## EXERCISE OBJECTIVE
Output only the lines of the entries that follow, starting at the one with "#8=(LENGTH_UNIT()NAMED_UNIT(*)SI_UNIT(.MILLI.,.METRE.));" and running down to the one with "#21=ORIENTED_EDGE('',*,*,#20,.F.);", both included and unchanged.

Stored items:

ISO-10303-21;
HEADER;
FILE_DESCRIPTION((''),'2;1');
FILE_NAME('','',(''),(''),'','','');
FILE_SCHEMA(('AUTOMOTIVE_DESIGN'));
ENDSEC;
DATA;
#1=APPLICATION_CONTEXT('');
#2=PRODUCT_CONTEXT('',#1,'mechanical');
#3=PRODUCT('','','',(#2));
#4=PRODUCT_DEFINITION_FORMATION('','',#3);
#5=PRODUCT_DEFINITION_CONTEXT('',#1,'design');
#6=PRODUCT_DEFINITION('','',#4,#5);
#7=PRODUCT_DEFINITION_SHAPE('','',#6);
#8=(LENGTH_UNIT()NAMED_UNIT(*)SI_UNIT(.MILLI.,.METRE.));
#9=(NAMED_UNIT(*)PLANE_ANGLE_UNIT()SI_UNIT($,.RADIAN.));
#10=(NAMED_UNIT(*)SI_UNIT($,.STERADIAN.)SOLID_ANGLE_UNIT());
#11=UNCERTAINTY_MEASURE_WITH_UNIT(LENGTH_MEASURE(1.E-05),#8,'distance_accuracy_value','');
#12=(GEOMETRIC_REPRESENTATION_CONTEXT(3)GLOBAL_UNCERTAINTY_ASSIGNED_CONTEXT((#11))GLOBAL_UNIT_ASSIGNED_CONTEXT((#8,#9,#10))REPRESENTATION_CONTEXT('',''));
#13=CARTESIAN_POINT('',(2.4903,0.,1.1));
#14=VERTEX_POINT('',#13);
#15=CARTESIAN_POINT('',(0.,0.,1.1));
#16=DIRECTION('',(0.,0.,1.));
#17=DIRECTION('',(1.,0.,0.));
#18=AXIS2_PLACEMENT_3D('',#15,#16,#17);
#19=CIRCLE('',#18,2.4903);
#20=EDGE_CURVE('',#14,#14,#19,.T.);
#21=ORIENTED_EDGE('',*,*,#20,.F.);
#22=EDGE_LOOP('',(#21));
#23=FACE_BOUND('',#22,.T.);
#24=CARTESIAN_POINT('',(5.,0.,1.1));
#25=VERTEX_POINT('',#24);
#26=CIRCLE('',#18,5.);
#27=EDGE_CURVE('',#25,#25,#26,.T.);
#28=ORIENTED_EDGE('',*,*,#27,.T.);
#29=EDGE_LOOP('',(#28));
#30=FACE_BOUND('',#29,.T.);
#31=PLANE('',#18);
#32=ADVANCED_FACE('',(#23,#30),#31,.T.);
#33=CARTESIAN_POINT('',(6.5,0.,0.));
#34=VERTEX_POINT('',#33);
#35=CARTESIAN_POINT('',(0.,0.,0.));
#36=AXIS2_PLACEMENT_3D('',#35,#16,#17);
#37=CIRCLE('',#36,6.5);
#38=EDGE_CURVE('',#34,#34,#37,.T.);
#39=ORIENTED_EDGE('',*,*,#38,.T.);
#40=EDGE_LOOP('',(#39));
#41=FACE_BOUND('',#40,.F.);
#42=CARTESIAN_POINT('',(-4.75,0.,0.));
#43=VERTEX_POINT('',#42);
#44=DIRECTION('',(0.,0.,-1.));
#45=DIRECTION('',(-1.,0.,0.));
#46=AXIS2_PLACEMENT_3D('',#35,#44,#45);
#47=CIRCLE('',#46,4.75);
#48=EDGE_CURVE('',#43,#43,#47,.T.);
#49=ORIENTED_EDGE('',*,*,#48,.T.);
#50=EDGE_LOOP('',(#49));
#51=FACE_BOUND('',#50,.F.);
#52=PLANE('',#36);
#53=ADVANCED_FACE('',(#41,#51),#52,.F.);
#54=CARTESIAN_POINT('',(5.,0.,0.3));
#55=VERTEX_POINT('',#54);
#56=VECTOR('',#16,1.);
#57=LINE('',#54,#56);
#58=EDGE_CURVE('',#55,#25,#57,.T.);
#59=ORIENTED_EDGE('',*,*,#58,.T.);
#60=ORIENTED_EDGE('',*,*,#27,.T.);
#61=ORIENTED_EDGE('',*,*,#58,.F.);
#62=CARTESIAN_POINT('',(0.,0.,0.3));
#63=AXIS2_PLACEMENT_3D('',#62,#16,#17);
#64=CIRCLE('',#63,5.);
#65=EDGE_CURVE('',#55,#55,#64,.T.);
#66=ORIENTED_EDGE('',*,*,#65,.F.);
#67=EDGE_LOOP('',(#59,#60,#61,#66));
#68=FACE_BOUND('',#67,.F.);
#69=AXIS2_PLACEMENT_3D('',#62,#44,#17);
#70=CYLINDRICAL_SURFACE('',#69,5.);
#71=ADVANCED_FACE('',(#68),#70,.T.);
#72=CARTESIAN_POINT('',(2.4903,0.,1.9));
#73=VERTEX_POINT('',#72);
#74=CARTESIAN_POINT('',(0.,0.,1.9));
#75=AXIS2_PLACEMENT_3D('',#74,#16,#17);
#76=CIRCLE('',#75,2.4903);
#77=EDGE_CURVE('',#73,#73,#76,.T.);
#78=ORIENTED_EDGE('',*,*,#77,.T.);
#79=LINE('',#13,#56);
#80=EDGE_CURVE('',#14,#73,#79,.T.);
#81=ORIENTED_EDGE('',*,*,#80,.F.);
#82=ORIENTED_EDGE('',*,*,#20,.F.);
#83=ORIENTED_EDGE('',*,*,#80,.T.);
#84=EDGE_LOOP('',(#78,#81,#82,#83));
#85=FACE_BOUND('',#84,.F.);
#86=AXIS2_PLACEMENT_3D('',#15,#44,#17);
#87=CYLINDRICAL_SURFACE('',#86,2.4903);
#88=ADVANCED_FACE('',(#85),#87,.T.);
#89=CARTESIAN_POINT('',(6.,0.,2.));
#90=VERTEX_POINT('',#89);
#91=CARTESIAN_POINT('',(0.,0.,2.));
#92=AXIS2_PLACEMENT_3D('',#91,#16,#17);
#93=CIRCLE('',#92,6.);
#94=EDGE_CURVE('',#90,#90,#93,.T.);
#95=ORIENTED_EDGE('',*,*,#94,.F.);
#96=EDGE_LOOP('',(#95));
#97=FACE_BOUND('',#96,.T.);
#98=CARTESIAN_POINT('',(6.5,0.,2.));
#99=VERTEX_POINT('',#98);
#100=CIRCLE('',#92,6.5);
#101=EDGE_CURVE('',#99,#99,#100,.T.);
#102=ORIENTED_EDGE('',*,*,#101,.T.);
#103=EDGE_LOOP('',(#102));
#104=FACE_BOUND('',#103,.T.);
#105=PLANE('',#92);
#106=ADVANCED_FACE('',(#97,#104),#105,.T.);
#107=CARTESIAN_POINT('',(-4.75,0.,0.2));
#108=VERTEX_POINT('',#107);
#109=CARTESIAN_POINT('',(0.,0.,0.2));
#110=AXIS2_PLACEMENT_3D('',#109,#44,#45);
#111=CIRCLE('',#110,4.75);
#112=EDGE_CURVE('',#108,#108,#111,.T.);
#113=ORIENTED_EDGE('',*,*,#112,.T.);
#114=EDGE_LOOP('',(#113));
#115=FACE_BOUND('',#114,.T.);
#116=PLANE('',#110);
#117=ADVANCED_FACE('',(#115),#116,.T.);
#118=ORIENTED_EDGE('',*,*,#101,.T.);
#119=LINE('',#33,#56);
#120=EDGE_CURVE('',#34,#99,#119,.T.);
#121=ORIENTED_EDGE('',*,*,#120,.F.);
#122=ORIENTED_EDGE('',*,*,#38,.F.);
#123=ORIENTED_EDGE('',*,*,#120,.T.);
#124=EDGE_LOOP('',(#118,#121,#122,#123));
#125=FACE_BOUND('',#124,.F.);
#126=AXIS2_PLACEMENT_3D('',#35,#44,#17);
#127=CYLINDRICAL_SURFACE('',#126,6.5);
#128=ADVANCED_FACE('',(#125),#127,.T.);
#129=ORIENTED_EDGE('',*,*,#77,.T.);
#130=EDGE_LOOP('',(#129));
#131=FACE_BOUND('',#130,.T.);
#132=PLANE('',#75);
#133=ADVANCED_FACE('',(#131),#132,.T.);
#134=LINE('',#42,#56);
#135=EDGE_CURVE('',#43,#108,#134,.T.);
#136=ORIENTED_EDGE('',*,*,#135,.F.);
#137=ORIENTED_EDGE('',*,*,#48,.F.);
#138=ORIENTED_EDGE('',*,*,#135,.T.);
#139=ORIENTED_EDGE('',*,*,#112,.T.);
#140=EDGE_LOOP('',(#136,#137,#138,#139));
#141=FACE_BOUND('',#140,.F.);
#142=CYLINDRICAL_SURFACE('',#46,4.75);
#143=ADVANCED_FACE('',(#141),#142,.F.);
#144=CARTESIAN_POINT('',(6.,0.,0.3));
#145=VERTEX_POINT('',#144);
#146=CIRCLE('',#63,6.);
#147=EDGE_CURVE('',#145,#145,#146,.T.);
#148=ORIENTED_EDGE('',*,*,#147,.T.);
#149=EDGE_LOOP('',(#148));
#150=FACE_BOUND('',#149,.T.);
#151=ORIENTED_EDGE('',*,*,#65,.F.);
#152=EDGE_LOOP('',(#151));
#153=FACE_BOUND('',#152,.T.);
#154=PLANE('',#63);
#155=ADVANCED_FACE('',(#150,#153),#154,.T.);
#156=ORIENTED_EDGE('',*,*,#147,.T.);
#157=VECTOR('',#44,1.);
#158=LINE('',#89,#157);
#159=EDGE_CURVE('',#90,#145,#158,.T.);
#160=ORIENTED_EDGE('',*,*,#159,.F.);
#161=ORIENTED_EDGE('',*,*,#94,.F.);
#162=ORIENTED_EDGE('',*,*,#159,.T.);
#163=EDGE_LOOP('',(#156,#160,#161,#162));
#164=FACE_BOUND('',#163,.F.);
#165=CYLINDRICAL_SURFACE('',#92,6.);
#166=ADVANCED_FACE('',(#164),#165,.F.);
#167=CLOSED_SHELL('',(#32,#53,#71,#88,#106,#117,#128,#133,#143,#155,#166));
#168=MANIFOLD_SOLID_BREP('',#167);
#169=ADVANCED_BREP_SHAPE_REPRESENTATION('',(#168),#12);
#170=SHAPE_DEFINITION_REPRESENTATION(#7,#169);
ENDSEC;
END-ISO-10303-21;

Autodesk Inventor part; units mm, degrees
ref_plane "YZ Plane" through (0, 0, 0) normal (1, 0, 0) x (0, 1, 0)
ref_plane "XZ Plane" through (0, 0, 0) normal (0, 1, 0) x (-1, 0, 0)
ref_plane "XY Plane" through (0, 0, 0) normal (0, 0, 1) x (1, 0, 0)
sketch "Skizze1" plane through (0, 0, 0) normal (0, 0, 1) x (1, 0, 0)
  circle A0 centre (0, 0) radius 6.5
  dimension "d2" = 13
extrude "Extrusion1" add sketch "Skizze1" along normal blind 2
sketch "Skizze2" plane through (0, 0, 2) normal (0, 0, 1) x (1, 0, 0)
  circle A0 centre (0, 0) radius 6
  dimension "d3" = 12
extrude "Extrusion2" cut sketch "Skizze2" against normal blind 1.7
sketch "Skizze3" plane through (0, 0, 0.3) normal (0, 0, 1) x (1, 0, 0)
  circle A0 centre (0, 0) radius 5
  dimension "d6" = 10
extrude "Extrusion3" add sketch "Skizze3" along normal blind 0.8
sketch "Skizze4" plane through (0, 0, 1.1) normal (0, 0, 1) x (1, 0, 0)
  circle A0 centre (0, 0) radius 2.4903
extrude "Extrusion4" add sketch "Skizze4" along normal blind 0.8
sketch "Skizze5" plane through (0, 0, 0) normal (0, 0, -1) x (-1, 0, 0)
  circle A0 centre (0, 0) radius 4.75
  dimension "d11" = 9.5
extrude "Extrusion5" cut sketch "Skizze5" against normal blind 0.2
properties part number "Gummipad" material "Glas"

## EXERCISE OUTPUT
#8=(LENGTH_UNIT()NAMED_UNIT(*)SI_UNIT(.MILLI.,.METRE.));
#9=(NAMED_UNIT(*)PLANE_ANGLE_UNIT()SI_UNIT($,.RADIAN.));
#10=(NAMED_UNIT(*)SI_UNIT($,.STERADIAN.)SOLID_ANGLE_UNIT());
#11=UNCERTAINTY_MEASURE_WITH_UNIT(LENGTH_MEASURE(1.E-05),#8,'distance_accuracy_value','');
#12=(GEOMETRIC_REPRESENTATION_CONTEXT(3)GLOBAL_UNCERTAINTY_ASSIGNED_CONTEXT((#11))GLOBAL_UNIT_ASSIGNED_CONTEXT((#8,#9,#10))REPRESENTATION_CONTEXT('',''));
#13=CARTESIAN_POINT('',(2.4903,0.,1.1));
#14=VERTEX_POINT('',#13);
#15=CARTESIAN_POINT('',(0.,0.,1.1));
#16=DIRECTION('',(0.,0.,1.));
#17=DIRECTION('',(1.,0.,0.));
#18=AXIS2_PLACEMENT_3D('',#15,#16,#17);
#19=CIRCLE('',#18,2.4903);
#20=EDGE_CURVE('',#14,#14,#19,.T.);
#21=ORIENTED_EDGE('',*,*,#20,.F.);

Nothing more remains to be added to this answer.